▶ [Exercise description]
The listing below contains a span that opens with the line containing "#114=AXIS2_PLACEMENT_3D('',#107,#53,#67);" and closes with the line containing "#162=ORIENTED_EDGE('',*,*,#161,.F.);". Return that span exactly.

▶ [Dataset entries]
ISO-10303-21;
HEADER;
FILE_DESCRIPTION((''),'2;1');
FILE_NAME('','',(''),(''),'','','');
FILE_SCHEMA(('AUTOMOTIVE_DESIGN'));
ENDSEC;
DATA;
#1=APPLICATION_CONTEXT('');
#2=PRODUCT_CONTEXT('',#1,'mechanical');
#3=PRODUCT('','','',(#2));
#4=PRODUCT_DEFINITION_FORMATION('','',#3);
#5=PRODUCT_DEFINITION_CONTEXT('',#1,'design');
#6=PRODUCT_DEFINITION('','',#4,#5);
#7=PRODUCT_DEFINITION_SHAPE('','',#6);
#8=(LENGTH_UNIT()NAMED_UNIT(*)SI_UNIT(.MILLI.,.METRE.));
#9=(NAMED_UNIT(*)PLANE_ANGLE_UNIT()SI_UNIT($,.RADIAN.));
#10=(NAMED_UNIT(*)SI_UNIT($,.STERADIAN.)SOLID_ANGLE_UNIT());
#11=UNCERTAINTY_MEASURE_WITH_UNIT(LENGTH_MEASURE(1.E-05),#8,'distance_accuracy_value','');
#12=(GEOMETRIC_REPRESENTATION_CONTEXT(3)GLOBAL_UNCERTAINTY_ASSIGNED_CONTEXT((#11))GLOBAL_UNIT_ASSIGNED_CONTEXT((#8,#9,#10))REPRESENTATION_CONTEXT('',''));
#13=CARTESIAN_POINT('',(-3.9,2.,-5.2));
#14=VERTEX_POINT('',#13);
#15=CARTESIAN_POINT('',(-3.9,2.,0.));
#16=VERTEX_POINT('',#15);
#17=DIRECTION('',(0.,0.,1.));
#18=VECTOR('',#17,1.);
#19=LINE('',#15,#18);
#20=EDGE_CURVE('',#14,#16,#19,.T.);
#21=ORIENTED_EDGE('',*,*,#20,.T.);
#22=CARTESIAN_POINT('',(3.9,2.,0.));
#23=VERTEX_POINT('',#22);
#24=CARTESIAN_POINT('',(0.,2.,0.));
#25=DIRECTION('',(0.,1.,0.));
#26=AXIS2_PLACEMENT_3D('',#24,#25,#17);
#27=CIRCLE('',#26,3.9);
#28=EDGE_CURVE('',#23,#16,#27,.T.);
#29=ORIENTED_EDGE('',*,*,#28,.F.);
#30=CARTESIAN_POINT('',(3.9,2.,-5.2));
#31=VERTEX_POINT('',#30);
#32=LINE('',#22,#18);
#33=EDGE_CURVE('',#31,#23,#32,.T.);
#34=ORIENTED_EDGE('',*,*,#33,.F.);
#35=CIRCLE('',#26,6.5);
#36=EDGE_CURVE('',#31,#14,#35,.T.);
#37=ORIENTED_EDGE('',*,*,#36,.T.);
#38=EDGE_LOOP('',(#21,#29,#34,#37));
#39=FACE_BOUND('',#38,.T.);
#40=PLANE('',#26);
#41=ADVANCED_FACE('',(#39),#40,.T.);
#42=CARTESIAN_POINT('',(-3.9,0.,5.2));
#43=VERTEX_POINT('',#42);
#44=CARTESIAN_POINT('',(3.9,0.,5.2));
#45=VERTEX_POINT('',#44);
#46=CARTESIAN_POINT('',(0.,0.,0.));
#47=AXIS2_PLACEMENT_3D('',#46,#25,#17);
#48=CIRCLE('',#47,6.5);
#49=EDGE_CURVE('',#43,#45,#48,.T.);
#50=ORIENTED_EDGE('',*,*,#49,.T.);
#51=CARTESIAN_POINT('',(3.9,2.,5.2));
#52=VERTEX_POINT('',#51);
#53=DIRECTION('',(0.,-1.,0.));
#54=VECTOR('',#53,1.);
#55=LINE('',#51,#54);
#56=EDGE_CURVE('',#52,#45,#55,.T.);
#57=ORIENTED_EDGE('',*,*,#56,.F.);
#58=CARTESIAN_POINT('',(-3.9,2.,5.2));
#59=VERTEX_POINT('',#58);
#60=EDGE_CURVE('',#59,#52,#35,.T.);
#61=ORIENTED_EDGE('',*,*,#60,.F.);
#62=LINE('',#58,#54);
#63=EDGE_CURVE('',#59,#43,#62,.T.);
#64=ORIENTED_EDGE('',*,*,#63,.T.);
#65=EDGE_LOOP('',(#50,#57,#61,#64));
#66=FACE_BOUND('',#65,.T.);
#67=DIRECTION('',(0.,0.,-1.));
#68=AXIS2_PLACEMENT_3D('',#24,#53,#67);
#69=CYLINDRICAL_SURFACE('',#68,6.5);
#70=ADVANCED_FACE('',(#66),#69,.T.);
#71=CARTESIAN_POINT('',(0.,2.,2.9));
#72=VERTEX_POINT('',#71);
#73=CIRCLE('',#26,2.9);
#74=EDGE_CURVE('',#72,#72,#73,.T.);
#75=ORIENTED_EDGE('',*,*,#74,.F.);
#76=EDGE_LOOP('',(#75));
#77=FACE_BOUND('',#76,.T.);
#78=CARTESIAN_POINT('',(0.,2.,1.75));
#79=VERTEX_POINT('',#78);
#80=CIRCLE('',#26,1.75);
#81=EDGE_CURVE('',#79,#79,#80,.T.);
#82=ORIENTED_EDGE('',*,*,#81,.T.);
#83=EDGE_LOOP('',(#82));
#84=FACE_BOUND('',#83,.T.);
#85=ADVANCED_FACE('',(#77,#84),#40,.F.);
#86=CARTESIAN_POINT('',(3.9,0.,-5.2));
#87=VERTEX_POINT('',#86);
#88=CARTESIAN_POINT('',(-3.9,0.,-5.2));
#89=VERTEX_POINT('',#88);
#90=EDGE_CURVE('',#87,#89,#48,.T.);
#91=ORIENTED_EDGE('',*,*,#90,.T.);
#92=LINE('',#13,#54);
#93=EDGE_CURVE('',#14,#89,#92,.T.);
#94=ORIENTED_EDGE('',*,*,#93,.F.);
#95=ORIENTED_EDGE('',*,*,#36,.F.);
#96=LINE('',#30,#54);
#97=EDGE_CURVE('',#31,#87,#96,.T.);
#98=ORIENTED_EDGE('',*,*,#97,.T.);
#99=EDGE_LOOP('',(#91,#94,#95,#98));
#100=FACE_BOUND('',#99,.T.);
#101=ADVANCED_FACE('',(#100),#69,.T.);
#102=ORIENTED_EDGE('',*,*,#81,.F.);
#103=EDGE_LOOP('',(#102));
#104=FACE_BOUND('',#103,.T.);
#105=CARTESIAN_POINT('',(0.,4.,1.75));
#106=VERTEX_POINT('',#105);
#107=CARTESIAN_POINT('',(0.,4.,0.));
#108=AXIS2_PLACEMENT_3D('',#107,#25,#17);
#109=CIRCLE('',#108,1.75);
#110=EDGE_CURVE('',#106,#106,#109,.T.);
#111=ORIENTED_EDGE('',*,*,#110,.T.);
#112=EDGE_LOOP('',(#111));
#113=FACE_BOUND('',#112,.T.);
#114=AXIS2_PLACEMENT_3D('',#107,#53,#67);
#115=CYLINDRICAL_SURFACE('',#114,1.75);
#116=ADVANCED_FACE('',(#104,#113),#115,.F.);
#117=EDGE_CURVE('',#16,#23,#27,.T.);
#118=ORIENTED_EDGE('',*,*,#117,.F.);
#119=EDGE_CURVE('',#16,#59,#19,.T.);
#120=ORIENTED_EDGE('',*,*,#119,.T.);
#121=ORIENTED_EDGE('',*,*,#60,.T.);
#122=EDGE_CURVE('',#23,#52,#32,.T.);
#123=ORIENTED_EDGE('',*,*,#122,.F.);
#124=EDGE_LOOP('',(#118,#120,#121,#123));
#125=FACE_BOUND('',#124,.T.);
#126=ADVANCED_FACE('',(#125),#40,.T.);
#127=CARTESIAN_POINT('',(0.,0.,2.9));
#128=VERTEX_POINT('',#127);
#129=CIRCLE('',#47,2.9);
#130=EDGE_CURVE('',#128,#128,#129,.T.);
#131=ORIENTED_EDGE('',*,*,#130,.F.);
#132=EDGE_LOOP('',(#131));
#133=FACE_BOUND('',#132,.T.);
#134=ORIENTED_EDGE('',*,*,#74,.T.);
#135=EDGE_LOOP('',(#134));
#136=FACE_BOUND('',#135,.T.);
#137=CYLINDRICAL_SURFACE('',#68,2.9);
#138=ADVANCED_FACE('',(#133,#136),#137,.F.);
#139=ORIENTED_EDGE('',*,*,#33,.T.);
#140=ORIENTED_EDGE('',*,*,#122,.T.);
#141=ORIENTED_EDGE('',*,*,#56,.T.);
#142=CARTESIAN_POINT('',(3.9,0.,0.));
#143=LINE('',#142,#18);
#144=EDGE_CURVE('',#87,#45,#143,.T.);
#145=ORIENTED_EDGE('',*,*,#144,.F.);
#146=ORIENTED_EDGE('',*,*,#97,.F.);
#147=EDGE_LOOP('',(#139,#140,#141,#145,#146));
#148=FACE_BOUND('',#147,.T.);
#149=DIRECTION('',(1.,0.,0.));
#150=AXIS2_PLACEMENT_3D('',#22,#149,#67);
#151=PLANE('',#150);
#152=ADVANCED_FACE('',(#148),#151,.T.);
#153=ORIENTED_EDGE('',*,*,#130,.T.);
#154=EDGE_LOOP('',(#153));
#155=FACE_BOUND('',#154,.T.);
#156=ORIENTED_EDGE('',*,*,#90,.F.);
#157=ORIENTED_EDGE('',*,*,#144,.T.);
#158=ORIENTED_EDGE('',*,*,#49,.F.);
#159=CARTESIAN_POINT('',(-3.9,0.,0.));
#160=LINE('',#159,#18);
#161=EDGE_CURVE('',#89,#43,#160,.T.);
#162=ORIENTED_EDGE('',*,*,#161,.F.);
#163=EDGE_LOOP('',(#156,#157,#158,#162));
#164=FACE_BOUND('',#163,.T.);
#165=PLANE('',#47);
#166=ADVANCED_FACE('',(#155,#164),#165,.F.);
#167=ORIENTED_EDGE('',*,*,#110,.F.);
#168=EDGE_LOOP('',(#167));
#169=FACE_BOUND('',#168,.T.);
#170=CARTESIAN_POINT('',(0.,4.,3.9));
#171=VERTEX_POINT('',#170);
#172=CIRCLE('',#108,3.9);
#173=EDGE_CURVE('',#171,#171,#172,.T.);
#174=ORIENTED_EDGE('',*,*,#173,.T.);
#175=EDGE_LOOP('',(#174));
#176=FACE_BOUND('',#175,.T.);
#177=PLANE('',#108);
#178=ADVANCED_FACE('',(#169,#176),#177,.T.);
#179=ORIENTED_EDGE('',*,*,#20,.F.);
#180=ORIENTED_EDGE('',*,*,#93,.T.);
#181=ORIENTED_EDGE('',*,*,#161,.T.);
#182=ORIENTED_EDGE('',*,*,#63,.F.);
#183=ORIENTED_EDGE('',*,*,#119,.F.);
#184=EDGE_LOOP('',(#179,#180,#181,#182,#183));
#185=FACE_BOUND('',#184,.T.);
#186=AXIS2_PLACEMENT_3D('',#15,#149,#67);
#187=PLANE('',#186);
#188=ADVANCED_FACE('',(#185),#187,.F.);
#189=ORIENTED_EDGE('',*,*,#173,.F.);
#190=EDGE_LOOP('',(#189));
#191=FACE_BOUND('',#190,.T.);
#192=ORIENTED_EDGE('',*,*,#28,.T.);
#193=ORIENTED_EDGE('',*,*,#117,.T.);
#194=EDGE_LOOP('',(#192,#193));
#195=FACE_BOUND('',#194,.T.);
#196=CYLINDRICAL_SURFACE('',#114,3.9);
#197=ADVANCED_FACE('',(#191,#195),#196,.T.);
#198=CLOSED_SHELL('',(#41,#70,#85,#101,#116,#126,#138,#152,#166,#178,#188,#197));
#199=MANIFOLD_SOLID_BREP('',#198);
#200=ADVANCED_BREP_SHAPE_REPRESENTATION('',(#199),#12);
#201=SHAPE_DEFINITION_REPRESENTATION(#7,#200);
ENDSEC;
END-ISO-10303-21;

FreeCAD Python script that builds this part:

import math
import FreeCAD as App
import Part
import Sketcher

V = App.Vector

doc = App.newDocument("Part")
body = doc.addObject("PartDesign::Body", "Body")

sketch1 = body.newObject("Sketcher::SketchObject", "Sketch")
sketch1.AttachmentSupport = (doc.getObject("XZ_Plane"), [""])
sketch1.MapMode = "FlatFace"
sketch1.addGeometry(Part.ArcOfCircle(Part.Circle(V(0, 0, 0), V(0, 0, 1), 6.5), math.radians(-127), math.radians(-53)), False)
sketch1.addGeometry(Part.LineSegment(V(-3.9, -5.2, 0), V(-3.9, 5.2, 0)), False)
sketch1.addGeometry(Part.ArcOfCircle(Part.Circle(V(0, 0, 0), V(0, 0, 1), 6.5), math.radians(53), math.radians(127)), False)
sketch1.addGeometry(Part.LineSegment(V(3.9, 5.2, 0), V(3.9, -5.2, 0)), False)
sketch1.addGeometry(Part.Circle(V(0, 0, 0), V(0, 0, 1), 2.9), False)
sketch1.addConstraint(Sketcher.Constraint("Coincident", 0, 1, 1, 1))
sketch1.addConstraint(Sketcher.Constraint("Coincident", 1, 2, 2, 2))
sketch1.addConstraint(Sketcher.Constraint("Coincident", 2, 1, 3, 1))
sketch1.addConstraint(Sketcher.Constraint("Coincident", 3, 2, 0, 2))
sketch1.addConstraint(Sketcher.Constraint("Vertical", 1))
sketch1.addConstraint(Sketcher.Constraint("Vertical", 3))
sketch1.addConstraint(Sketcher.Constraint("Coincident", 0, 3, -1, 1))
sketch1.addConstraint(Sketcher.Constraint("Coincident", 2, 3, -1, 1))
sketch1.addConstraint(Sketcher.Constraint("Coincident", 4, 3, -1, 1))
sketch1.addConstraint(Sketcher.Constraint("Equal", 0, 2))
sketch1.addConstraint(Sketcher.Constraint("Horizontal", 1, 2, 2, 1))
sketch1.addConstraint(Sketcher.Constraint("Diameter", 4, 5.8))
sketch1.addConstraint(Sketcher.Constraint("Radius", 0, 6.5))
sketch1.addConstraint(Sketcher.Constraint("DistanceY", 1, 1, 1, 2, 10.4))
pad1 = body.newObject("PartDesign::Pad", "Pad")
pad1.Profile = sketch1
pad1.Length = 2
pad1.Reversed = True

sketch2 = body.newObject("Sketcher::SketchObject", "Sketch001")
sketch2.AttachmentSupport = (doc.getObject("XZ_Plane"), [""])
sketch2.MapMode = "FlatFace"
sketch2.AttachmentOffset = App.Placement(V(0, 0, -2), App.Rotation())
sketch2.addGeometry(Part.Circle(V(0, 0, 0), V(0, 0, 1), 3.9), False)
sketch2.addGeometry(Part.Circle(V(0, 0, 0), V(0, 0, 1), 1.8), False)
sketch2.addConstraint(Sketcher.Constraint("Coincident", 0, 3, -1, 1))
sketch2.addConstraint(Sketcher.Constraint("Coincident", 1, 3, -1, 1))
sketch2.addConstraint(Sketcher.Constraint("Diameter", 0, 7.8))
sketch2.addConstraint(Sketcher.Constraint("Diameter", 1, 3.5))
pad2 = body.newObject("PartDesign::Pad", "Pad001")
pad2.Profile = sketch2
pad2.Length = 2
pad2.Reversed = True

doc.recompute()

▶ [Task response]
#114=AXIS2_PLACEMENT_3D('',#107,#53,#67);
#115=CYLINDRICAL_SURFACE('',#114,1.75);
#116=ADVANCED_FACE('',(#104,#113),#115,.F.);
#117=EDGE_CURVE('',#16,#23,#27,.T.);
#118=ORIENTED_EDGE('',*,*,#117,.F.);
#119=EDGE_CURVE('',#16,#59,#19,.T.);
#120=ORIENTED_EDGE('',*,*,#119,.T.);
#121=ORIENTED_EDGE('',*,*,#60,.T.);
#122=EDGE_CURVE('',#23,#52,#32,.T.);
#123=ORIENTED_EDGE('',*,*,#122,.F.);
#124=EDGE_LOOP('',(#118,#120,#121,#123));
#125=FACE_BOUND('',#124,.T.);
#126=ADVANCED_FACE('',(#125),#40,.T.);
#127=CARTESIAN_POINT('',(0.,0.,2.9));
#128=VERTEX_POINT('',#127);
#129=CIRCLE('',#47,2.9);
#130=EDGE_CURVE('',#128,#128,#129,.T.);
#131=ORIENTED_EDGE('',*,*,#130,.F.);
#132=EDGE_LOOP('',(#131));
#133=FACE_BOUND('',#132,.T.);
#134=ORIENTED_EDGE('',*,*,#74,.T.);
#135=EDGE_LOOP('',(#134));
#136=FACE_BOUND('',#135,.T.);
#137=CYLINDRICAL_SURFACE('',#68,2.9);
#138=ADVANCED_FACE('',(#133,#136),#137,.F.);
#139=ORIENTED_EDGE('',*,*,#33,.T.);
#140=ORIENTED_EDGE('',*,*,#122,.T.);
#141=ORIENTED_EDGE('',*,*,#56,.T.);
#142=CARTESIAN_POINT('',(3.9,0.,0.));
#143=LINE('',#142,#18);
#144=EDGE_CURVE('',#87,#45,#143,.T.);
#145=ORIENTED_EDGE('',*,*,#144,.F.);
#146=ORIENTED_EDGE('',*,*,#97,.F.);
#147=EDGE_LOOP('',(#139,#140,#141,#145,#146));
#148=FACE_BOUND('',#147,.T.);
#149=DIRECTION('',(1.,0.,0.));
#150=AXIS2_PLACEMENT_3D('',#22,#149,#67);
#151=PLANE('',#150);
#152=ADVANCED_FACE('',(#148),#151,.T.);
#153=ORIENTED_EDGE('',*,*,#130,.T.);
#154=EDGE_LOOP('',(#153));
#155=FACE_BOUND('',#154,.T.);
#156=ORIENTED_EDGE('',*,*,#90,.F.);
#157=ORIENTED_EDGE('',*,*,#144,.T.);
#158=ORIENTED_EDGE('',*,*,#49,.F.);
#159=CARTESIAN_POINT('',(-3.9,0.,0.));
#160=LINE('',#159,#18);
#161=EDGE_CURVE('',#89,#43,#160,.T.);
#162=ORIENTED_EDGE('',*,*,#161,.F.);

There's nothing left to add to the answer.